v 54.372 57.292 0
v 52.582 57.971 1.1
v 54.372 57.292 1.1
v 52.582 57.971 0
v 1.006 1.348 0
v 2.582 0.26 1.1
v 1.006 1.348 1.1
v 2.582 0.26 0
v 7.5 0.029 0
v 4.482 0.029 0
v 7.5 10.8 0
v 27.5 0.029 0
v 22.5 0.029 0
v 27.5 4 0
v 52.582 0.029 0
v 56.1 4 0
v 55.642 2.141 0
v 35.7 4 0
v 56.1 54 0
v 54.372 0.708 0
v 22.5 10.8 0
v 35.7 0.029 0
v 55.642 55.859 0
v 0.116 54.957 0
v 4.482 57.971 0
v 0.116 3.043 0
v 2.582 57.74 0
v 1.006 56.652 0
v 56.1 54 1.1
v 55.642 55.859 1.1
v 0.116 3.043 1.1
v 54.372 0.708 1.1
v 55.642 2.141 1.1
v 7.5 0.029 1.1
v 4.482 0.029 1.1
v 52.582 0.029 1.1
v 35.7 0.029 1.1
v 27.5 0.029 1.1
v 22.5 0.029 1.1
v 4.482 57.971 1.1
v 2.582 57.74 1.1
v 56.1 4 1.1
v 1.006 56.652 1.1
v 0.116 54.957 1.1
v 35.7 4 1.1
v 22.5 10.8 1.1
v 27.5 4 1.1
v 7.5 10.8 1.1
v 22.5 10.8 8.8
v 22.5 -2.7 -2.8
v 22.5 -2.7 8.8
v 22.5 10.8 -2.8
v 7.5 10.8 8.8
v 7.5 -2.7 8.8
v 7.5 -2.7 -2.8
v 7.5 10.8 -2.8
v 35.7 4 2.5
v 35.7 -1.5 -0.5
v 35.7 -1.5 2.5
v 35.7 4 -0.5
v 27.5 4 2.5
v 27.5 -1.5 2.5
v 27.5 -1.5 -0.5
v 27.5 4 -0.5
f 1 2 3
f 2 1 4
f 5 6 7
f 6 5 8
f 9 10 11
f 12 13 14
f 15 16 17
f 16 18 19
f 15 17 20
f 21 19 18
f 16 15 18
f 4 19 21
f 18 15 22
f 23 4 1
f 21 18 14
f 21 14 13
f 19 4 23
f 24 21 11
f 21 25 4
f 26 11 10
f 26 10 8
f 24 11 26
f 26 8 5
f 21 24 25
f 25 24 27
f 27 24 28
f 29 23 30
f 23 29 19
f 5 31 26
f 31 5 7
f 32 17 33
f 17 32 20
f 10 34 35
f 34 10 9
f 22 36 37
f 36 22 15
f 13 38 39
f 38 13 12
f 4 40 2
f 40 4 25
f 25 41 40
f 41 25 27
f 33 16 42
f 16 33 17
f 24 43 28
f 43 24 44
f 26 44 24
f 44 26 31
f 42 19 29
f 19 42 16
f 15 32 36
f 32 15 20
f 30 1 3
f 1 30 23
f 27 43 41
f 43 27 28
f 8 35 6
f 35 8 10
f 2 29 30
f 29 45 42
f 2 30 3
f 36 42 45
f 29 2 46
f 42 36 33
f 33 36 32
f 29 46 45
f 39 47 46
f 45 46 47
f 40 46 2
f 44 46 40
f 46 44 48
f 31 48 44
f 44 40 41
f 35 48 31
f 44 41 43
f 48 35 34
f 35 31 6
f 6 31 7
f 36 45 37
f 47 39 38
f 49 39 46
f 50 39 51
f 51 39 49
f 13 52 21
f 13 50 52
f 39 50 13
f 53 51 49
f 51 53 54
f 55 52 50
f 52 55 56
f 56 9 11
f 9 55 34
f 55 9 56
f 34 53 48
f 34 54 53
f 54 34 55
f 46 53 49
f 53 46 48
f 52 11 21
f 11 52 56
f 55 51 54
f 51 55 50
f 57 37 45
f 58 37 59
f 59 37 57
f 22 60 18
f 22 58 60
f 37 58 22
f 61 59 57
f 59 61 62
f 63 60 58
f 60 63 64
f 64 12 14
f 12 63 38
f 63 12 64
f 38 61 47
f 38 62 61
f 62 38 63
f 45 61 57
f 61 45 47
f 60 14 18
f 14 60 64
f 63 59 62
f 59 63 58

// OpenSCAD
E=0.001;

TPW = 48.1;
TPL = 50;
TPH = 1.1;

ETHSize	= [15, 13.5, 11.6];
ETHPos = [7.5, -2.7, -2.8];
USBMiniSize = [8.2, 5.5, 3];
USBMiniPos = [27.5, -1.5, -0.5];

//translate([0,0,0]) cube([10, 20, 1]);
roundrect(size=[TPW, TPL, TPH], r=4, fit=0);
translate(ETHPos) cube(size=ETHSize);
translate(USBMiniPos) cube(size=USBMiniSize);

module roundrect(size=[0,0,0], r=1, center=0, fit=1) {
	assign(sx = size[0]- (fit* (2*r)), sy = size[1] - (fit * (2*r)))
	translate([-center*size[0]/2, -center*size[1]/2, -center*size[2]/2])
	linear_extrude(height=size[2], slices=1)
	hull() {
		translate([r,r,0])
			for (x=[0:1]) for (y=[0:1]) 
				translate([x*sx, y*sy, 0])
					circle(r=r);
	}
}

####

_What you need to do_
Please return the lines above exactly, from the first one down to the line with "v 35.7 0.029 1.1", and stop after that line.

_Result below_
v 54.372 57.292 0
v 52.582 57.971 1.1
v 54.372 57.292 1.1
v 52.582 57.971 0
v 1.006 1.348 0
v 2.582 0.26 1.1
v 1.006 1.348 1.1
v 2.582 0.26 0
v 7.5 0.029 0
v 4.482 0.029 0
v 7.5 10.8 0
v 27.5 0.029 0
v 22.5 0.029 0
v 27.5 4 0
v 52.582 0.029 0
v 56.1 4 0
v 55.642 2.141 0
v 35.7 4 0
v 56.1 54 0
v 54.372 0.708 0
v 22.5 10.8 0
v 35.7 0.029 0
v 55.642 55.859 0
v 0.116 54.957 0
v 4.482 57.971 0
v 0.116 3.043 0
v 2.582 57.74 0
v 1.006 56.652 0
v 56.1 54 1.1
v 55.642 55.859 1.1
v 0.116 3.043 1.1
v 54.372 0.708 1.1
v 55.642 2.141 1.1
v 7.5 0.029 1.1
v 4.482 0.029 1.1
v 52.582 0.029 1.1
v 35.7 0.029 1.1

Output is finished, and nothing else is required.